Stored items
+ + + + +
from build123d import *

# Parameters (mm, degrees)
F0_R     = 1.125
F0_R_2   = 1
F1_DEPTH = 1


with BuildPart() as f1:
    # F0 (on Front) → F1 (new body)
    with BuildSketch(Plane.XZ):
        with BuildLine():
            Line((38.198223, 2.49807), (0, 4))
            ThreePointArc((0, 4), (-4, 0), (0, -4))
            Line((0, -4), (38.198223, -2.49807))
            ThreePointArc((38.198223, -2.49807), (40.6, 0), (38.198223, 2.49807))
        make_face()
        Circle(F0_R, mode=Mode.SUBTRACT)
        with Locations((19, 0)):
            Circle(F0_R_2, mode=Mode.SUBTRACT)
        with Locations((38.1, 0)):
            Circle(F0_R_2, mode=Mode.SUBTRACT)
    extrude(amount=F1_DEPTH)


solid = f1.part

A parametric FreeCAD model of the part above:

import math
import FreeCAD as App
import Part
import Sketcher

V = App.Vector

doc = App.newDocument("Part")
body = doc.addObject("PartDesign::Body", "Body")

# Sketch on XZ plane
sketch1 = doc.addObject("Sketcher::SketchObject", "Sketch")
body.addObject(sketch1)
sketch1.AttachmentSupport = (doc.XZ_Plane, [""])
sketch1.MapMode = "FlatFace"
sketch1.addGeometry(Part.LineSegment(V(38.2, 2.5, 0), V(0, 4, 0)), False)
sketch1.addGeometry(Part.ArcOfCircle(Part.Circle(V(0, 0, 0), V(0, 0, 1), 4), math.radians(90), math.radians(270)), False)
sketch1.addGeometry(Part.LineSegment(V(0, -4, 0), V(38.2, -2.5, 0)), False)
sketch1.addGeometry(Part.ArcOfCircle(Part.Circle(V(38.1, 0, 0), V(0, 0, 1), 2.5), math.radians(-88), math.radians(88)), False)
sketch1.addGeometry(Part.Circle(V(0, 0, 0), V(0, 0, 1), 1.1), False)
sketch1.addGeometry(Part.Circle(V(19, 0, 0), V(0, 0, 1), 1), False)
sketch1.addGeometry(Part.Circle(V(38.1, 0, 0), V(0, 0, 1), 1), False)
sketch1.addConstraint(Sketcher.Constraint("Coincident", 0, 2, 1, 1))
sketch1.addConstraint(Sketcher.Constraint("Coincident", 1, 2, 2, 1))
sketch1.addConstraint(Sketcher.Constraint("Tangent", 2, 2, 3, 1))
sketch1.addConstraint(Sketcher.Constraint("Tangent", 3, 2, 0, 1))
sketch1.addConstraint(Sketcher.Constraint("Coincident", 1, 3, -1, 1))
sketch1.addConstraint(Sketcher.Constraint("Coincident", 4, 3, -1, 1))
sketch1.addConstraint(Sketcher.Constraint("Coincident", 6, 3, 3, 3))
sketch1.addConstraint(Sketcher.Constraint("Equal", 5, 6))
sketch1.addConstraint(Sketcher.Constraint("Symmetric", 2, 2, 3, 2, -1))
sketch1.addConstraint(Sketcher.Constraint("PointOnObject", 5, 3, -1))
sketch1.addConstraint(Sketcher.Constraint("PointOnObject", 0, 2, -2))
sketch1.addConstraint(Sketcher.Constraint("Diameter", 5, 2.0))
sketch1.addConstraint(Sketcher.Constraint("Radius", 1, 4.0))
sketch1.addConstraint(Sketcher.Constraint("Radius", 3, 2.5))
sketch1.addConstraint(Sketcher.Constraint("Diameter", 4, 2.25))
sketch1.addConstraint(Sketcher.Constraint("DistanceX", -1, 1, 5, 3, 19.0))
sketch1.addConstraint(Sketcher.Constraint("DistanceX", -1, 1, 3, 3, 38.1))
pad1 = doc.addObject("PartDesign::Pad", "Pad")
body.addObject(pad1)
pad1.Profile = sketch1
pad1.Length = 1

doc.recompute()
+ + + + +
For this task, write out exactly the lines of the entries above, starting at the line with "# F0 (on Front) → F1 (new body)" and ending at the line with "A parametric FreeCAD", both included, and no others.

    # F0 (on Front) → F1 (new body)
    with BuildSketch(Plane.XZ):
        with BuildLine():
            Line((38.198223, 2.49807), (0, 4))
            ThreePointArc((0, 4), (-4, 0), (0, -4))
            Line((0, -4), (38.198223, -2.49807))
            ThreePointArc((38.198223, -2.49807), (40.6, 0), (38.198223, 2.49807))
        make_face()
        Circle(F0_R, mode=Mode.SUBTRACT)
        with Locations((19, 0)):
            Circle(F0_R_2, mode=Mode.SUBTRACT)
        with Locations((38.1, 0)):
            Circle(F0_R_2, mode=Mode.SUBTRACT)
    extrude(amount=F1_DEPTH)


solid = f1.part

A parametric FreeCAD model of the part above:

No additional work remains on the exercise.